From f11d819f9e72f07ff7ccabab1adf9605136adf64 Mon Sep 17 00:00:00 2001
From: gongqijian <gongqijian@gmail.com>
Date: Fri, 4 Oct 2013 21:15:04 +0800
Subject: [PATCH] Update baidu.py

---
 src/you_get/extractor/baidu.py | 111 ++++++++++++++++++++-------------
 1 file changed, 69 insertions(+), 42 deletions(-)
diff --git a/src/you_get/extractor/baidu.py b/src/you_get/extractor/baidu.py
index 54b94ec4..b93b0333 100755
--- a/src/you_get/extractor/baidu.py
+++ b/src/you_get/extractor/baidu.py
@@ -8,52 +8,71 @@ from .. import common
 
 from urllib import parse
 
-def baidu_get_song_html(sid):
-    return get_html('http://music.baidu.com/song/%s/download?__o=%%2Fsong%%2F%s' % (sid, sid), faker = True)
+def baidu_get_song_data(sid):
+    data = json.loads(get_html('http://music.baidu.com/data/music/fmlink?songIds=%s' % sid, faker = True))['data']
 
-def baidu_get_song_url(html):
-    return r1(r'href="/data/music/file\?link=(http.+?)"', html)
+    if data['xcode'] != '':
+    # inside china mainland
+        return data['songList'][0]
+    else:
+    # outside china mainland
+        html = get_html("http://music.baidu.com/song/%s" % sid)
 
-def baidu_get_song_artist(html):
-    return r1(r'singer_name\s*:\s*"(.+?)"', html)
+        # baidu pan link
+        sourceLink = r1(r'"link-src-info"><a href="([^"]+)"', html)
+        if sourceLink != None:
+            sourceLink = sourceLink.replace('&amp;', '&')
+        sourceHtml = get_html(sourceLink) if sourceLink != None else None
 
-def baidu_get_song_album(html):
-    return r1(r'album_name\s*:\s*"(.+?)"', html)
+        songLink =  r1(r'\\"dlink\\":\\"([^"]*)\\"', sourceHtml).replace('\\\\/', '/') if sourceHtml != None else r1(r'download_url="([^"]+)"', html)
+        songName = parse.unquote(r1(r'songname=([^&]+)&', html))
+        artistName = parse.unquote(r1(r'songartistname=([^&]+)&', html))
+        albumName = parse.unquote(r1(r'songartistname=([^&]+)&', html))
+        lrcLink = r1(r'data-lyricdata=\'{ "href":"([^"]+)"', html)
 
-def baidu_get_song_title(html):
-    return r1(r'song_title\s*:\s*"(.+?)"', html)
+        return json.loads(json.dumps({'songLink'   : songLink,
+                                      'songName'   : songName,
+                                      'artistName' : artistName,
+                                      'albumName'  : albumName,
+                                      'lrcLink'    : lrcLink}, ensure_ascii=False))
 
-def baidu_download_lyric(sid, file_name, output_dir):
-    if common.dry_run:
-        return
+def baidu_get_song_url(data):
+    return data['songLink']
 
-    html = get_html('http://music.baidu.com/song/' + sid)

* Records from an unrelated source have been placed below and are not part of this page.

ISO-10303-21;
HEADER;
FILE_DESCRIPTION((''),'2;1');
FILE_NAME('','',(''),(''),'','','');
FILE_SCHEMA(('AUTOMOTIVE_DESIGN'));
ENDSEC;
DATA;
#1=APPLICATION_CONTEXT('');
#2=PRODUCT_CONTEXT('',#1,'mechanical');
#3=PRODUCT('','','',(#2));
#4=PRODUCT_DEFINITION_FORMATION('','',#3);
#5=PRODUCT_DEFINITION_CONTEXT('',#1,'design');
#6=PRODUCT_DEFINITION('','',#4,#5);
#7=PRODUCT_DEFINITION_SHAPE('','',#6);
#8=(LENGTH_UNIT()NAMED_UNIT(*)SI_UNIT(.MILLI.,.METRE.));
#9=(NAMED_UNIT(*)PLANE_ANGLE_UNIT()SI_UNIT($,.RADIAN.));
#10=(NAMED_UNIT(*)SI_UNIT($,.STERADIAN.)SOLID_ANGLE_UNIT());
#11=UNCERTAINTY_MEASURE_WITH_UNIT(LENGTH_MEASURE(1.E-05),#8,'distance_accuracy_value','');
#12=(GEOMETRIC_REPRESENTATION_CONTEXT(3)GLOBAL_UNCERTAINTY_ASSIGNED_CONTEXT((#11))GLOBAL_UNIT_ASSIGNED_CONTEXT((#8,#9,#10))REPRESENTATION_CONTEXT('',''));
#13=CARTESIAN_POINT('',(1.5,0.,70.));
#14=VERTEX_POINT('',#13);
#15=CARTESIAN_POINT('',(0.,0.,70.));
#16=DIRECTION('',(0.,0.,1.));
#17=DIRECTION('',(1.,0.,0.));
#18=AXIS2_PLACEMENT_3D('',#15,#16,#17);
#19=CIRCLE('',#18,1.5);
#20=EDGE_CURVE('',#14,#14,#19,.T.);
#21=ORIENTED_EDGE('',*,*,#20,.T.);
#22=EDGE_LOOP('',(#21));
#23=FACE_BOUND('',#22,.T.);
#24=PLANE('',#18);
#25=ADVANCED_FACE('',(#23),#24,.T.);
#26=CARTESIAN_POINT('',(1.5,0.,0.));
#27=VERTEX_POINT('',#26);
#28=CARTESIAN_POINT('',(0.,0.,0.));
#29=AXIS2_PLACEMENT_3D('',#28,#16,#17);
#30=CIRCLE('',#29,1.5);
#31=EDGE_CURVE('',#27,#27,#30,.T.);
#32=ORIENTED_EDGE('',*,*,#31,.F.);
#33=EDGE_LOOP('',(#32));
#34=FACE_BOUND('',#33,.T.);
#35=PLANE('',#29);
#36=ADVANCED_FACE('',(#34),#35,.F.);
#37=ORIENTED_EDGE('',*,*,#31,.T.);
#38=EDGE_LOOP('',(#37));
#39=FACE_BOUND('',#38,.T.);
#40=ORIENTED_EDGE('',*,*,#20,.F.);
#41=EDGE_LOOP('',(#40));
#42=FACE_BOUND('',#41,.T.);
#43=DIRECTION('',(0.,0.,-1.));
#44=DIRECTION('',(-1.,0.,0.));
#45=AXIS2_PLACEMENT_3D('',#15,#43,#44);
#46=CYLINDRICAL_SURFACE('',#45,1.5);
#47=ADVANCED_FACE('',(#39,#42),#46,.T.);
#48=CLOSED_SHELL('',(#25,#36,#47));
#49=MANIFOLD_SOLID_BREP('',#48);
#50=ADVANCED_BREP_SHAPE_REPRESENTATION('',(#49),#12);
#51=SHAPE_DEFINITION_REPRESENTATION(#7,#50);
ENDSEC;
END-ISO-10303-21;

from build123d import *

# Parameters (mm, degrees)
SKETCH1_R           = 1.5
BOSS_EXTRUDE1_DEPTH = 70


with BuildPart() as part:
    # Sketch1 → Boss-Extrude1 (new body)
    with BuildSketch(Plane.XY):
        Circle(SKETCH1_R)
    extrude(amount=BOSS_EXTRUDE1_DEPTH)


solid = part.part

-    href = r1(r'<a class="down-lrc-btn" data-lyricdata=\'{ "href":"(.+?)" }\' href="#">', html)
-    if href:
-        lrc = get_html('http://music.baidu.com' + href)
-        if len(lrc) > 0:
-            with open(output_dir + "/" + file_name.replace('/', '-') + '.lrc', 'w') as x:
-                x.write(lrc)
+def baidu_get_song_artist(data):
+    return data['artistName']
+
+def baidu_get_song_album(data):
+    return data['albumName']
+
+def baidu_get_song_title(data):
+    return data['songName']
+
+def baidu_get_song_lyric(data):
+    lrc = data['lrcLink']
+    return None if lrc is '' else "http://music.baidu.com%s" % lrc
 
 def baidu_download_song(sid, output_dir = '.', merge = True, info_only = False):
-    try:
-        html = baidu_get_song_html(sid)
-        url = baidu_get_song_url(html)
-        title = baidu_get_song_title(html)
-        artist = baidu_get_song_artist(html)

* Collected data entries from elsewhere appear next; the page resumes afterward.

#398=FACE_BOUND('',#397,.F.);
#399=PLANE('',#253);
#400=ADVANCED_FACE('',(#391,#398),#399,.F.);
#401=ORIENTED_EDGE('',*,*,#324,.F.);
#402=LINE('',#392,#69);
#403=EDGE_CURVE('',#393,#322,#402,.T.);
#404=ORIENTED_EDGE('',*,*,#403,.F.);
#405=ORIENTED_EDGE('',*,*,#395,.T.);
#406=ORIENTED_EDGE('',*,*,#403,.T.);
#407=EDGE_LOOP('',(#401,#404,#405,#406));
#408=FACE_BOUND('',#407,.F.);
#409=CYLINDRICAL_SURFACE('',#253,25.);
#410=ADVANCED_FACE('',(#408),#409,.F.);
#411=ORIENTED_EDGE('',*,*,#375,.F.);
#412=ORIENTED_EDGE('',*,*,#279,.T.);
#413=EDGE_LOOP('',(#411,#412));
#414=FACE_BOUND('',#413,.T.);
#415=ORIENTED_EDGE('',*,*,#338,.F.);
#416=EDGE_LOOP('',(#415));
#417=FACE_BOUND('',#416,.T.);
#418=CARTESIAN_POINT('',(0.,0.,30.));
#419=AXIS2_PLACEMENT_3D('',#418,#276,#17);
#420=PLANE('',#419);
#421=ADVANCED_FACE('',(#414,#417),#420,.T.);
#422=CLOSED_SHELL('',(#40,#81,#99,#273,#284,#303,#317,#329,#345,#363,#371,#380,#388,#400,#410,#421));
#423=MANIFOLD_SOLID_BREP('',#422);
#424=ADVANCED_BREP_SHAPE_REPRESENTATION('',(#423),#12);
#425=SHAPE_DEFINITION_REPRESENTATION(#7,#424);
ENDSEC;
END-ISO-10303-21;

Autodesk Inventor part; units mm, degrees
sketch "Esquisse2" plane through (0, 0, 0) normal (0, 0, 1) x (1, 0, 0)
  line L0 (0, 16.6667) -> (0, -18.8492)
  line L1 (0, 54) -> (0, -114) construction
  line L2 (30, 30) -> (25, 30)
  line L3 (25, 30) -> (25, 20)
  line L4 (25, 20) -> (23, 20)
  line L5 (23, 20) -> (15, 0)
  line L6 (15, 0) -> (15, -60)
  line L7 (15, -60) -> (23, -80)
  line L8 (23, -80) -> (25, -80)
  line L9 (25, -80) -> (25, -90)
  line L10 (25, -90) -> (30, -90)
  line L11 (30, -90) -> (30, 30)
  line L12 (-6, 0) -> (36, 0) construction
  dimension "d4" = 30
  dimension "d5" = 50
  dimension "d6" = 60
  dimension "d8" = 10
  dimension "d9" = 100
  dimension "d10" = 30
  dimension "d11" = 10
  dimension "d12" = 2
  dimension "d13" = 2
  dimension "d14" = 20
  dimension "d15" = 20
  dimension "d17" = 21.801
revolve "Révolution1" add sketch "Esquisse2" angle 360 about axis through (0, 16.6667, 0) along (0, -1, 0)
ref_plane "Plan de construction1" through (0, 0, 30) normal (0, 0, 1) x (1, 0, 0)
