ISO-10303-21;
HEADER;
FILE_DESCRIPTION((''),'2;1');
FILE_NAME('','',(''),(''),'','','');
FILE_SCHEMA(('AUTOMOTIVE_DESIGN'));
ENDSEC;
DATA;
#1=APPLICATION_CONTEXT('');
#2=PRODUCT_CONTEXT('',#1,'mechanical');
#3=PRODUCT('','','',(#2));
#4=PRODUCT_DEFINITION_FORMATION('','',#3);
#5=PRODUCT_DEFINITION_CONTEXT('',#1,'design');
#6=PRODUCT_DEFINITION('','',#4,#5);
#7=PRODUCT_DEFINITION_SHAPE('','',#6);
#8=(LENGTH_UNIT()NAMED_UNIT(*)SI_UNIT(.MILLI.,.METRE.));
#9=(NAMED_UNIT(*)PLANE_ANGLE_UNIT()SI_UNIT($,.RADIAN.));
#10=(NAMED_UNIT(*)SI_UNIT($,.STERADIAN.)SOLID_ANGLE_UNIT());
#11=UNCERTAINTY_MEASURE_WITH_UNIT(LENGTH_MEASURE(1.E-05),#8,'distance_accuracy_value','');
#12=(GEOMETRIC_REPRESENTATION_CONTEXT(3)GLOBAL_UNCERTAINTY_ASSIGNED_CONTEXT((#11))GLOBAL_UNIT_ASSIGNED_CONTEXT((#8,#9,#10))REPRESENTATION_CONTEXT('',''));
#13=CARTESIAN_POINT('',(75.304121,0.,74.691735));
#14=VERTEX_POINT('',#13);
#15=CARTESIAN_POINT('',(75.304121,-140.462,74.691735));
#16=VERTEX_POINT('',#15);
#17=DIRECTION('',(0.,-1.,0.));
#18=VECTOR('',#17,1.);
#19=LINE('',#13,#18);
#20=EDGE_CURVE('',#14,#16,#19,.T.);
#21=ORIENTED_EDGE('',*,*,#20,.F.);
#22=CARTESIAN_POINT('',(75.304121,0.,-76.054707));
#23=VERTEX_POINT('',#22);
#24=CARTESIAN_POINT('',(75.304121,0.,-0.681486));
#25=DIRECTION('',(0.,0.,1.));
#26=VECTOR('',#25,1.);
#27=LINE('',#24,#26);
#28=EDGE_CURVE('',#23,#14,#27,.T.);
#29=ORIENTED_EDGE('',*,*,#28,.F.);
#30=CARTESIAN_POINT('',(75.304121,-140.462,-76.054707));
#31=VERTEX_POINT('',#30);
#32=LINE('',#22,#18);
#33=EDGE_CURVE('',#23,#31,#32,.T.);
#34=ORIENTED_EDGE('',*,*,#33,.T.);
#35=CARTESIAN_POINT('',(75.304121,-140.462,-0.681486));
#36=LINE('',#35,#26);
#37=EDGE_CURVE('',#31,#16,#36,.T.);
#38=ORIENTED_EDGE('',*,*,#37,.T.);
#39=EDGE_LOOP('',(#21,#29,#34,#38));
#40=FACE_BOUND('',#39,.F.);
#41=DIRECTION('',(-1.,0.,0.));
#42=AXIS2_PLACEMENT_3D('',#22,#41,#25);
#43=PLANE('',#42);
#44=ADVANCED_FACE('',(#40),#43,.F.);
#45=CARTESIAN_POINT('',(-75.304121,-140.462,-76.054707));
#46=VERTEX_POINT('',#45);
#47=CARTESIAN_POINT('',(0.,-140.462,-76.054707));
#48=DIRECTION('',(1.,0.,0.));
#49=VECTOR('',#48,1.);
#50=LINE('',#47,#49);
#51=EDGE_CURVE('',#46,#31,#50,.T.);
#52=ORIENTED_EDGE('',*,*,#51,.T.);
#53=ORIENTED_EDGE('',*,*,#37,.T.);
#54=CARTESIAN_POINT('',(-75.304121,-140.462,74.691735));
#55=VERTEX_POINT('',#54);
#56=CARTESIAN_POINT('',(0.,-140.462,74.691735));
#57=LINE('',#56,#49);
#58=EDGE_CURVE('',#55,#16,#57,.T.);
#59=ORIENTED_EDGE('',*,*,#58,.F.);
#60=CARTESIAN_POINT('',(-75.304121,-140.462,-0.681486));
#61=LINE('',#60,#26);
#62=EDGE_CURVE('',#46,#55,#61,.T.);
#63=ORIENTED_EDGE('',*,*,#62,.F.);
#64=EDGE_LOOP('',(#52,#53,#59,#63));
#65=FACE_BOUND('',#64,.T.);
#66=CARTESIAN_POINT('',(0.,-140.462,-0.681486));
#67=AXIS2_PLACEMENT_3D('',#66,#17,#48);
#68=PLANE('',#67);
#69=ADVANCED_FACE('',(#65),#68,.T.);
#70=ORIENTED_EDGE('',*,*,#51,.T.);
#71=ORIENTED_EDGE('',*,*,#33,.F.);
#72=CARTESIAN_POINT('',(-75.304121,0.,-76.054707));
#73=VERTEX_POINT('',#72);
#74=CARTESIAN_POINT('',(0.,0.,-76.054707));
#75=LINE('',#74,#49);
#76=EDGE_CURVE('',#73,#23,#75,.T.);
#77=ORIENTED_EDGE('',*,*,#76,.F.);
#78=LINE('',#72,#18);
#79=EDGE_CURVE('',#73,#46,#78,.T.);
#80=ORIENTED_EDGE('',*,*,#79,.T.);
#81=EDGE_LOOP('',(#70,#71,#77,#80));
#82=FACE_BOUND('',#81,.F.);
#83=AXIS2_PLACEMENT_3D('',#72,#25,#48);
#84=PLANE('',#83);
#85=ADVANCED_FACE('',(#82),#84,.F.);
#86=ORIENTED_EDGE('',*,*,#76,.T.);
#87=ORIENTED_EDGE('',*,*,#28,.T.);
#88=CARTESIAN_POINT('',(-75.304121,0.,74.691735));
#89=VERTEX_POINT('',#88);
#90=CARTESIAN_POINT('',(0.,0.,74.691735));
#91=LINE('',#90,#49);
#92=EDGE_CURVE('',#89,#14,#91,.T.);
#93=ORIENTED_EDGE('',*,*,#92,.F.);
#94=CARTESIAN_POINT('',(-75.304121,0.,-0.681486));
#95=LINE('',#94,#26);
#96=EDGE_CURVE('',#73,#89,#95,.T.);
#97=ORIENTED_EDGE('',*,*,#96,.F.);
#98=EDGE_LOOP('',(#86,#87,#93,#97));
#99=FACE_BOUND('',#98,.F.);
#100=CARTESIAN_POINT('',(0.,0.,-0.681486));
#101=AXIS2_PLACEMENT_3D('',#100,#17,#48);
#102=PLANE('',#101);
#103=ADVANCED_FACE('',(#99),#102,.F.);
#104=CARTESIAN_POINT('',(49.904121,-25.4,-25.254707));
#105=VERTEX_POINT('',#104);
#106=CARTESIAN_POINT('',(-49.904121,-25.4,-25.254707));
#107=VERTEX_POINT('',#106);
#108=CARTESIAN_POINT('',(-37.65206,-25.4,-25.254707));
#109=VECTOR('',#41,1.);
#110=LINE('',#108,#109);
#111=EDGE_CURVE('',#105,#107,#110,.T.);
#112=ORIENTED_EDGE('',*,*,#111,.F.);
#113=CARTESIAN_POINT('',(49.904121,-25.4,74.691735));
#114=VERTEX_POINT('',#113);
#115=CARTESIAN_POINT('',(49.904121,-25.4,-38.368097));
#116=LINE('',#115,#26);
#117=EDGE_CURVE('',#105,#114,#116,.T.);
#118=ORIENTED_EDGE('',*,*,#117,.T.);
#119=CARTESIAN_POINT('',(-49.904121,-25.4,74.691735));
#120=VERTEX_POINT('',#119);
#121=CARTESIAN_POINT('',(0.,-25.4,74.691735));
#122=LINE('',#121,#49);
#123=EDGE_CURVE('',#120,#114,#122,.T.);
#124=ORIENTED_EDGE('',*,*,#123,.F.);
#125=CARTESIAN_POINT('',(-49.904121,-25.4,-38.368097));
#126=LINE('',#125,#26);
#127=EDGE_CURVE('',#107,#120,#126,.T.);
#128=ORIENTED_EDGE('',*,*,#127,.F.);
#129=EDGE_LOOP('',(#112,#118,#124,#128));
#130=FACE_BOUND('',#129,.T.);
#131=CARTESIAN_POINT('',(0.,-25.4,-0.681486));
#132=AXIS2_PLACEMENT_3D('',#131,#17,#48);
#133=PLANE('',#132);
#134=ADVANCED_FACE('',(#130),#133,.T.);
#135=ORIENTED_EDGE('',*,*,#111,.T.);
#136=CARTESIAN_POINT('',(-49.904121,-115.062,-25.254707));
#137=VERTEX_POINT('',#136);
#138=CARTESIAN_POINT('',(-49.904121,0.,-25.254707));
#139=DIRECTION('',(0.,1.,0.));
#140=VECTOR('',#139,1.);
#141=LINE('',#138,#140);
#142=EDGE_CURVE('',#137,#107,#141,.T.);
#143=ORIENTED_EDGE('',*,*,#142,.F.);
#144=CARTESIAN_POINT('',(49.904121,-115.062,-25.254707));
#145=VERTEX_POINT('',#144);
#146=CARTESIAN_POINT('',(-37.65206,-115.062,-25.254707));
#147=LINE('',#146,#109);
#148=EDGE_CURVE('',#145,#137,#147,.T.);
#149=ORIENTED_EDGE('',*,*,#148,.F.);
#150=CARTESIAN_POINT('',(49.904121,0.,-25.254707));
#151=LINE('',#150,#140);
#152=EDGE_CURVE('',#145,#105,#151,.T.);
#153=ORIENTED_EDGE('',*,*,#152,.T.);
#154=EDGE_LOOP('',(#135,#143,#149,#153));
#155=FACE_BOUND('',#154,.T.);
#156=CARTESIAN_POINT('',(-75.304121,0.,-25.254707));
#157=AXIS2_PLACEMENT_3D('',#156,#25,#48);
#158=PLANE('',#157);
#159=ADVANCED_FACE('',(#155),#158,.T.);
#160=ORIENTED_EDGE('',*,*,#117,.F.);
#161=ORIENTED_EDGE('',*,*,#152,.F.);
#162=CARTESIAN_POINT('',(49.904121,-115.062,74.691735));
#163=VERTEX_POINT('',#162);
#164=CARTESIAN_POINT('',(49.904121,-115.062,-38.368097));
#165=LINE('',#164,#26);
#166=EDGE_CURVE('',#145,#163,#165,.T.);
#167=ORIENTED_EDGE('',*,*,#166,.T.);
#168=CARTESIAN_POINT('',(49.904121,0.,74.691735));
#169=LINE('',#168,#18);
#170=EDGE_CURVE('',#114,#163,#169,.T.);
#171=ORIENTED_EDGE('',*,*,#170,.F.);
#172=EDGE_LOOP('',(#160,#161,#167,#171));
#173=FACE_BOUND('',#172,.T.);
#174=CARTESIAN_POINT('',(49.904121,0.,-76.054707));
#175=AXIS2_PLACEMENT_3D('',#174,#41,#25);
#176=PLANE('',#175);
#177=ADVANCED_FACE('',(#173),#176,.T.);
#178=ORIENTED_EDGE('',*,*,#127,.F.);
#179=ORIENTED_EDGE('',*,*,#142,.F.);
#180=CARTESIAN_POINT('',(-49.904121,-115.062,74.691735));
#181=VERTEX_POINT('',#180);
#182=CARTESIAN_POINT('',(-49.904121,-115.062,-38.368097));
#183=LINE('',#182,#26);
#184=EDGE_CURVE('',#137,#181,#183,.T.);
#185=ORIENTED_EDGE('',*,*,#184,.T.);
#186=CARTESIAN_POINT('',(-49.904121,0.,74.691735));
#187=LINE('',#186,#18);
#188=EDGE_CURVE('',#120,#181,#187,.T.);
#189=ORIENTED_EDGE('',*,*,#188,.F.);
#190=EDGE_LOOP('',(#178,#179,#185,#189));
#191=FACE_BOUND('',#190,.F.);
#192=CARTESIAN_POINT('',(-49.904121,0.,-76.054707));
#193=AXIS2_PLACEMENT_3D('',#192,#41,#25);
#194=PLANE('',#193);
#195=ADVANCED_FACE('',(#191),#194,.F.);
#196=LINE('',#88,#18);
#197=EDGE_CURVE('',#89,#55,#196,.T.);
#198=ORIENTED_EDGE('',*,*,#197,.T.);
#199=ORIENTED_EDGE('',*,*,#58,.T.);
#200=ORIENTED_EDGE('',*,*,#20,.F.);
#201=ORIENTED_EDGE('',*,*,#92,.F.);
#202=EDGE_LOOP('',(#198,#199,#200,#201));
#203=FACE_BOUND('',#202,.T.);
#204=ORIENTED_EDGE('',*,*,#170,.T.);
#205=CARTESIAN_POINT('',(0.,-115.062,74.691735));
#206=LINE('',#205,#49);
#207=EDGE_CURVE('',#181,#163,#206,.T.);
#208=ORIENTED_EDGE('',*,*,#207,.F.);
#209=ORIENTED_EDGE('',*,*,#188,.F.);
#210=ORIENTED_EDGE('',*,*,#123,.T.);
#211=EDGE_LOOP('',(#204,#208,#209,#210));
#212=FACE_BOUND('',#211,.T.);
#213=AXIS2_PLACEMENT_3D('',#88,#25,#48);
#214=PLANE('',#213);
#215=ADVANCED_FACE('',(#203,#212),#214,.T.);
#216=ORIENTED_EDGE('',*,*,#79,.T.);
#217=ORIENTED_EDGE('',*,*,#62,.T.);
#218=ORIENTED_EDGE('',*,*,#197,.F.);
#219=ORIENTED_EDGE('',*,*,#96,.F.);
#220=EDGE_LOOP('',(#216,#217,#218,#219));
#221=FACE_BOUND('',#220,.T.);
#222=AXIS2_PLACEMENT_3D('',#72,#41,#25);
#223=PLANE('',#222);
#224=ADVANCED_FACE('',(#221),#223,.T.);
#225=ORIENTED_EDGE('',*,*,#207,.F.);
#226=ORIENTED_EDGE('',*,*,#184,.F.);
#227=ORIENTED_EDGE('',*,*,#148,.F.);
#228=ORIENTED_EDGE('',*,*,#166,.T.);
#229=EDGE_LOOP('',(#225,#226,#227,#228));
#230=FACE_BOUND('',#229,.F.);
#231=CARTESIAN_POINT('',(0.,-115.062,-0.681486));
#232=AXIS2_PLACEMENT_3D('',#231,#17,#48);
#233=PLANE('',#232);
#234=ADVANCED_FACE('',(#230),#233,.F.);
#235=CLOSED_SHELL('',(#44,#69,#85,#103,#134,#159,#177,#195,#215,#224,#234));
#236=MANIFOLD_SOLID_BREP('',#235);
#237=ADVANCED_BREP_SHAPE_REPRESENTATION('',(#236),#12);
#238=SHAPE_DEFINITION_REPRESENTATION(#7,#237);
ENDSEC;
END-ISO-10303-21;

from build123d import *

# Parameters (mm, degrees)
F0_W     = 150.6082415581
F0_H     = 150.7464423776
F1_DEPTH = 140.462
F2_T     = -25.4
F3_DEPTH = 25.4


with BuildPart() as f1:
    # F0 (on Front) → F1 (new body)
    with BuildSketch(Plane.XZ):
        with Locations((0, -0.6814859807)):
            Rectangle(F0_W, F0_H)
    extrude(amount=F1_DEPTH)

    # F2
    f2_openings = [f1.faces().sort_by_distance(p)[0] for p in [
        (0, -70.231, 74.691735),
    ]]
    offset(amount=F2_T, openings=f2_openings)

    # F3 (add): a face of the model
    f3_faces = [f1.faces().sort_by_distance(p)[0] for p in [
        (0, -70.231, -50.6547071695),
    ]]
    extrude(f3_faces, amount=F3_DEPTH)


solid = f1.part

-        album = baidu_get_song_album(html)
-        assert url
-    except:
-        html = get_html("http://music.baidu.com/song/%s" % sid)
-        url = r1(r'download_url="([^"]+)"', html)
-        title = r1(r'sname="([^"]+)"', html)
-    
+    data = baidu_get_song_data(sid)
+    url = baidu_get_song_url(data)
+    title = baidu_get_song_title(data)
+    artist = baidu_get_song_artist(data)
+    album = baidu_get_song_album(data)
+    lrc = baidu_get_song_lyric(data)
+
+    assert url
+    file_name = "%s - %s - %s" % (title, album, artist)
+
     type, ext, size = url_info(url, faker = True)
     print_info(site_info, title, type, size)
     if not info_only:
-        file_name = "%s - %s - %s" % (title, album, artist)
         download_urls([url], file_name, ext, size, output_dir, merge = merge, faker = True)
-        baidu_download_lyric(sid, file_name, output_dir)
+
+    if lrc:
+        type, ext, size = url_info(lrc, faker = True)
+        print_info(site_info, title, type, size)
+        if not info_only:
+            download_urls([lrc], file_name, ext, size, output_dir, faker = True)
 
 def baidu_download_album(aid, output_dir = '.', merge = True, info_only = False):
     html = get_html('http://music.baidu.com/album/%s' % aid, faker = True)
@@ -63,32 +82,40 @@ def baidu_download_album(aid, output_dir = '.', merge = True, info_only = False)
     ids = json.loads(r1(r'<span class="album-add" data-adddata=\'(.+?)\'>', html).replace('&quot', '').replace(';', '"'))['ids']
     track_nr = 1
     for id in ids:
-        song_html = baidu_get_song_html(id)
-        song_url = baidu_get_song_url(song_html)
-        song_title = baidu_get_song_title(song_html)
+        song_data = baidu_get_song_data(id)
+        song_url = baidu_get_song_url(song_data)
+        song_title = baidu_get_song_title(song_data)
+        song_lrc = baidu_get_song_lyric(song_data)
         file_name = '%02d.%s' % (track_nr, song_title)
+
         type, ext, size = url_info(song_url, faker = True)
         print_info(site_info, song_title, type, size)
         if not info_only:
             download_urls([song_url], file_name, ext, size, output_dir, merge = merge, faker = True)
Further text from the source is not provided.